Technology heavy: monitors at New York's Nasdaq whose chairman, Franck Zarb, has unveiled a plan to create an electronic stockmarket aimed at helping to lure investment. Agence France-Presse photo


Historians may look back on Y2K not for the inconvenience of computer bugs but as the bursting point of the world's first global stockmarket bubble. It is the United States, in particular, which has lost all contact with financial reality. But the virus of delusion, or the madness of crowds, has spread far beyond American shores. It is rampant throughout Europe and a milder version has been infecting Hong Kong.

To the tech-stock craze has been added a deluge of liquidity, particularly surprising in Hong Kong where money supply had been growing at snail's pace because of a sluggish economy and high real interest rates. How come? Ask US Federal Reserve chairman Alan Greenspan. The man who is credited with all kinds of economic wonders and is the guardian against inflation has, pre-Y2K, been printing money at quite an alarming rate. US money supply (M3) has risen by US$140 billion (about HK$1 trillion) or an annual rate of 15 per cent in the past two months. At the same time, supposedly to ease global financial markets through Y2K, he has made all kinds of new repurchase arrangements available.

According to Grants Interest Rate Observer, the Fed's own balance sheet has expanded by US$30 billion since September. No wonder a small rise in prime interest rate makes little impact. This is more fuel for investor madness and paper-financed takeover action, which is supposed to produce greater efficiency but will more likely lead to debt burdens and huge goodwill write-offs.
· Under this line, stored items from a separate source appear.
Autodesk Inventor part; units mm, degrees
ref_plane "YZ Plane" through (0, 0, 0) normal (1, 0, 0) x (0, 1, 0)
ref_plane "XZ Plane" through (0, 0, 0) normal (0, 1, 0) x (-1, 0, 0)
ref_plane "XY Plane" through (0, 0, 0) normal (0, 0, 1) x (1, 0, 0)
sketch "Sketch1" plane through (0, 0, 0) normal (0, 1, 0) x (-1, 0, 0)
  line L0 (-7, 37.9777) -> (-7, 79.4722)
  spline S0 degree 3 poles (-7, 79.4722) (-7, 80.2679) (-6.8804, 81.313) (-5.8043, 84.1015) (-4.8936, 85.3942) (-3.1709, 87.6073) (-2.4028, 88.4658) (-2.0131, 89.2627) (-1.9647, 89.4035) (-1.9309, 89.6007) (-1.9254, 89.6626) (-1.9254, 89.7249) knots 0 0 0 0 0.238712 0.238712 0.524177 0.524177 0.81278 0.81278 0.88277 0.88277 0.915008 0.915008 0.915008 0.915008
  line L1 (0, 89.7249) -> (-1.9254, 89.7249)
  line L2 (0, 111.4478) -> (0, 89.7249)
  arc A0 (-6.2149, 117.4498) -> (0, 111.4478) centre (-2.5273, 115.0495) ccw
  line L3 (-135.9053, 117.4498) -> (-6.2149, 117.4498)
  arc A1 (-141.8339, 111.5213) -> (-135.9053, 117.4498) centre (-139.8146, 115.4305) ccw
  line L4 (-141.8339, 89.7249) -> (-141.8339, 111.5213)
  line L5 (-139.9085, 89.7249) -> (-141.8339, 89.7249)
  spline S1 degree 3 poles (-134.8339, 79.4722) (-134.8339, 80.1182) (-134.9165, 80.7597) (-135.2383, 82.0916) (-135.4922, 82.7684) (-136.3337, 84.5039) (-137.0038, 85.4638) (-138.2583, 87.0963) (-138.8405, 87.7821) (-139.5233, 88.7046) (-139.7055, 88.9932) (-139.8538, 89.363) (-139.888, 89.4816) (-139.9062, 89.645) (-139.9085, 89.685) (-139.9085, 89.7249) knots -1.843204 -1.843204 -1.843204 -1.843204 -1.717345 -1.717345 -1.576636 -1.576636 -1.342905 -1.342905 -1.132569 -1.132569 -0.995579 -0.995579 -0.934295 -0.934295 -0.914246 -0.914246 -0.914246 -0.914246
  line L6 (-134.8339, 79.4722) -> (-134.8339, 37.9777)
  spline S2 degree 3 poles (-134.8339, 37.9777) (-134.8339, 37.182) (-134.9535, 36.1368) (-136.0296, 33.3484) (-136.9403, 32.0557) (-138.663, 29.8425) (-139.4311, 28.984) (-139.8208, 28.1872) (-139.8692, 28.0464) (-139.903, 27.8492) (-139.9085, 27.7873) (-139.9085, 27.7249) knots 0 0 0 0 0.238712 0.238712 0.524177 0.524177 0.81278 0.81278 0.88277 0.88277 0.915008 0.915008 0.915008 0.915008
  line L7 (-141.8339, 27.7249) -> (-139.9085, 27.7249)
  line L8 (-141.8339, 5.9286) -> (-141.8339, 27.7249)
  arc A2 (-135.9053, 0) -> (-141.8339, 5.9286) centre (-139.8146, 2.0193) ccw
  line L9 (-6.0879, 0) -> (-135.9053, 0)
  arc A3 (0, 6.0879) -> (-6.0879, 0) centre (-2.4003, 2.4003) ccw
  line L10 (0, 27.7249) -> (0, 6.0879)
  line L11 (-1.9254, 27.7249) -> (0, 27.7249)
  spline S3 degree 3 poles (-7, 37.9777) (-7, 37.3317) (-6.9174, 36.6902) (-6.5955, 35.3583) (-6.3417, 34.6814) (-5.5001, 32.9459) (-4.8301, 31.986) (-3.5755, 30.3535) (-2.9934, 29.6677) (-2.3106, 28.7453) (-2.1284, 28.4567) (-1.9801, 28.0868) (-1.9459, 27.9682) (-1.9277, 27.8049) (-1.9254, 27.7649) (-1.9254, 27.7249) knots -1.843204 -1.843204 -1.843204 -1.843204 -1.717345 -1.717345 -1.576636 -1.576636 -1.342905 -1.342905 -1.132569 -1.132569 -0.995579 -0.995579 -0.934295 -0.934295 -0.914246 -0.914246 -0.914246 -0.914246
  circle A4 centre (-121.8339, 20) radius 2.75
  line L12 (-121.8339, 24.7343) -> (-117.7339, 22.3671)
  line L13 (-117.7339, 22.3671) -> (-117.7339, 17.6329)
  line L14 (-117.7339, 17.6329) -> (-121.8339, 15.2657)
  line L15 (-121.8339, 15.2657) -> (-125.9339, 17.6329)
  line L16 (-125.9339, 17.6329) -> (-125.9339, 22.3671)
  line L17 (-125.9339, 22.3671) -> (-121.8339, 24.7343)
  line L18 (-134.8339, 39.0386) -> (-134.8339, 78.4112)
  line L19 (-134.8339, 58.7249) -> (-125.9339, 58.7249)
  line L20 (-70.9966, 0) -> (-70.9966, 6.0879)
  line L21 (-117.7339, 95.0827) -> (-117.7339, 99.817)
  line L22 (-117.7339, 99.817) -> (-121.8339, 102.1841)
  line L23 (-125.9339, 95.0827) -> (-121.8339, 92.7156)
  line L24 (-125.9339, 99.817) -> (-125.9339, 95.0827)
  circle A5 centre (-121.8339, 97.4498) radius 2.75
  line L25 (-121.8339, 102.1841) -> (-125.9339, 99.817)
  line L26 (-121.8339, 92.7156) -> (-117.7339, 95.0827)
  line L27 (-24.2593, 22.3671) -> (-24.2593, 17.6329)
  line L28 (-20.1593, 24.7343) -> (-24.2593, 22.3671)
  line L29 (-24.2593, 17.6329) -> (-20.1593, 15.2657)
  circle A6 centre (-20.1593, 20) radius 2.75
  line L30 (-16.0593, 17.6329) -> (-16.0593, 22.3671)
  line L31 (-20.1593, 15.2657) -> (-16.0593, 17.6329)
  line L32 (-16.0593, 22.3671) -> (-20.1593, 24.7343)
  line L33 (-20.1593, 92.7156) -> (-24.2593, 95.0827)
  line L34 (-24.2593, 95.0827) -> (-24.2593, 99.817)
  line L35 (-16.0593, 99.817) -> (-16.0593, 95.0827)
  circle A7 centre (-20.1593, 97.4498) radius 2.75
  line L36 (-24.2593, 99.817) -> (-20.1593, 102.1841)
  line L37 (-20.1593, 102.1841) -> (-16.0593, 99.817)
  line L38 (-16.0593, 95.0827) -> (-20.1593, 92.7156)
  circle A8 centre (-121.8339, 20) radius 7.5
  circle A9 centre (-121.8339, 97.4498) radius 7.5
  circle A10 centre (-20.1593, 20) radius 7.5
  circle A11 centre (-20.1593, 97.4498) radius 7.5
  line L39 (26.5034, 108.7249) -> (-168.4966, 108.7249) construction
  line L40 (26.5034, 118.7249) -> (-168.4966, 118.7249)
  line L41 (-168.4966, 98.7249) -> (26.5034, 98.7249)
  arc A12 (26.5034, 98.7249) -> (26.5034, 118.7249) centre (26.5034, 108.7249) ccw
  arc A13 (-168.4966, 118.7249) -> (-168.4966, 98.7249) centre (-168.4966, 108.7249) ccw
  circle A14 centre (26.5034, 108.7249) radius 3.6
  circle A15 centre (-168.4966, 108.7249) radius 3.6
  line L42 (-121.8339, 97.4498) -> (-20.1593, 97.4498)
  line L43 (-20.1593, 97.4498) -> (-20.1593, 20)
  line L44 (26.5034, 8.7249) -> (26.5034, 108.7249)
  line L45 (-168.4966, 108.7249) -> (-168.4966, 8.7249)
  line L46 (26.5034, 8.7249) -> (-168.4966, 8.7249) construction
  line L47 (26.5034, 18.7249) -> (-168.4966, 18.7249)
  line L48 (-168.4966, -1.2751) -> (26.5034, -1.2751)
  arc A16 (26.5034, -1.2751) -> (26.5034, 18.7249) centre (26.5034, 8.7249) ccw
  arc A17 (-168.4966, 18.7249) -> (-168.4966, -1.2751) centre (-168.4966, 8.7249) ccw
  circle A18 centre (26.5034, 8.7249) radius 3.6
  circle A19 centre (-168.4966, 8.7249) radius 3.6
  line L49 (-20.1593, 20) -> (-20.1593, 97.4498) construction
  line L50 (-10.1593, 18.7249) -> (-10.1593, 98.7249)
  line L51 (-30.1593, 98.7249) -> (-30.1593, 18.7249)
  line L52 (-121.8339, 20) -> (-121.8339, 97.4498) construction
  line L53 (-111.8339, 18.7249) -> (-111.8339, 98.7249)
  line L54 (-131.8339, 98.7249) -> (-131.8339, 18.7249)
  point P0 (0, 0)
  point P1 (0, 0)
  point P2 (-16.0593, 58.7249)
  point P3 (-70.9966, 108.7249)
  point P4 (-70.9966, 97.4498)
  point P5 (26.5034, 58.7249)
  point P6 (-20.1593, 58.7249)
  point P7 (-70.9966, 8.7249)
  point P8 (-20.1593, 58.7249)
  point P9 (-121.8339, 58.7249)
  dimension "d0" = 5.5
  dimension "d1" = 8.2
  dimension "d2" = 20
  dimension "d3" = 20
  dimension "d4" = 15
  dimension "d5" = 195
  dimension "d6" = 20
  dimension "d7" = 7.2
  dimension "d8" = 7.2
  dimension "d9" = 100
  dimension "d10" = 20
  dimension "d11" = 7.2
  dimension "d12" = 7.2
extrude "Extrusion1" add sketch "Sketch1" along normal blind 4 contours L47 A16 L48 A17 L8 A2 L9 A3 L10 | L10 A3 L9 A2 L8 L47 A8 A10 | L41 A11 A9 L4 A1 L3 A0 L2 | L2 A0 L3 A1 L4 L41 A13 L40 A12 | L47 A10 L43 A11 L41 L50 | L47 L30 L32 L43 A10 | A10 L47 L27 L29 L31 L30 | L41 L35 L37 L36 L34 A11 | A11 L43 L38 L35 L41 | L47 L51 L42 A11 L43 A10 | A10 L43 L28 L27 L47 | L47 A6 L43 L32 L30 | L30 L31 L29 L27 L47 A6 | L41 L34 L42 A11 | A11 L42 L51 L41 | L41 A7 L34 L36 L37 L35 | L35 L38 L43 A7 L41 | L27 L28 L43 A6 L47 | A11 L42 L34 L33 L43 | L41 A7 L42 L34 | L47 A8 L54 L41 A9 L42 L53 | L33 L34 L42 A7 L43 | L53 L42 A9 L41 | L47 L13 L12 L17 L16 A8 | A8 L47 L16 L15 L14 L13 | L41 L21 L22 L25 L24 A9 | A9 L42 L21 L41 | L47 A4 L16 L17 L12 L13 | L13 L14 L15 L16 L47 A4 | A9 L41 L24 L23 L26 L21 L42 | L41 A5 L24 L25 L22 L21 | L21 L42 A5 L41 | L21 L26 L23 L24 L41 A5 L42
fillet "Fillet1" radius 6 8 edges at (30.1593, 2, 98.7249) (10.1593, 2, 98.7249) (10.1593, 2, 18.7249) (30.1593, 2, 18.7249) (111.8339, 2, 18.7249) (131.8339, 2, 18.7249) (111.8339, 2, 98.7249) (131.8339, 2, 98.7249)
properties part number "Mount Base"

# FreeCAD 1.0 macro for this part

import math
import FreeCAD as App
import Part
import Sketcher


def edges_at(feature, points):
    """Names of the edges that pass closest to the given points."""
    edges = feature.Shape.Edges
    near = lambda p: min(range(len(edges)), key=lambda i: edges[i].distToShape(Part.Vertex(*p))[0])
    return sorted({f"Edge{near(p) + 1}" for p in points})

doc = App.newDocument("Part")
body = doc.addObject("PartDesign::Body", "Body")

sketch1 = doc.addObject("Sketcher::SketchObject", "Sketch")
body.addObject(sketch1)
sketch1.AttachmentSupport = (doc.XZ_Plane, [""])
sketch1.MapMode = "FlatFace"
sketch1.addGeometry(Part.LineSegment(App.Vector(-26.5034, 18.7249, 0), App.Vector(10.1593, 18.7249, 0)), False)
sketch1.addGeometry(Part.LineSegment(App.Vector(10.1593, 18.7249, 0), App.Vector(10.1593, 98.7249, 0)), False)
sketch1.addGeometry(Part.LineSegment(App.Vector(10.1593, 98.7249, 0), App.Vector(-26.5034, 98.7249, 0)), False)
sketch1.addGeometry(Part.ArcOfCircle(Part.Circle(App.Vector(-26.5034, 108.7249, 0), App.Vector(0, 0, 1), 10), math.radians(90), math.radians(270)), False)
sketch1.addGeometry(Part.LineSegment(App.Vector(-26.5034, 118.7249, 0), App.Vector(168.4966, 118.7249, 0)), False)
sketch1.addGeometry(Part.ArcOfCircle(Part.Circle(App.Vector(168.4966, 108.7249, 0), App.Vector(0, 0, 1), 10), math.radians(-90), math.radians(90)), False)
sketch1.addGeometry(Part.LineSegment(App.Vector(168.4966, 98.7249, 0), App.Vector(131.8339, 98.7249, 0)), False)
sketch1.addGeometry(Part.LineSegment(App.Vector(131.8339, 98.7249, 0), App.Vector(131.8339, 18.7249, 0)), False)
sketch1.addGeometry(Part.LineSegment(App.Vector(131.8339, 18.7249, 0), App.Vector(168.4966, 18.7249, 0)), False)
When the public loses its critical faculties, crooks and shysters flourish and even respectable institutions believe that there is a ''new morality'' as well as a ''new economy''. Let us start with Nasdaq, the golden calf of the new religion. This writer has observed a succession of market bubbles going back to the late-60s Australian mining boom, through the 1973 Hong Kong phenomenon, several ramps of Malaysian penny stocks, the Red Chip nonsense of 1997, etc. But it is the scale of the Nasdaq bubble that is so frightening when combined with the very high level, but not totally outlandish, level of all other US markets, and many in Europe.

Most of Asia is thankfully exempt. Nasdaq (US domestic stocks only) is now a US$3 trillion market, which makes it almost as big as Tokyo and bigger than all other markets except the US$11 trillion New York Stock Exchange. Yet this market is trading on a price to earnings ratio in the region of 150, compared with around 60 in Tokyo at the maximum of its bubble a decade ago.

As for Nasdaq dividend yield, it is so small 0.19 per cent as to barely cover the cheque postage. An example is Internet portal Yahoo! which actually has earnings and has just been admitted to the benchmark Standard and Poor's 500 index but which is selling on 1,000 times current earnings and 380 times its prospective earnings in 2001.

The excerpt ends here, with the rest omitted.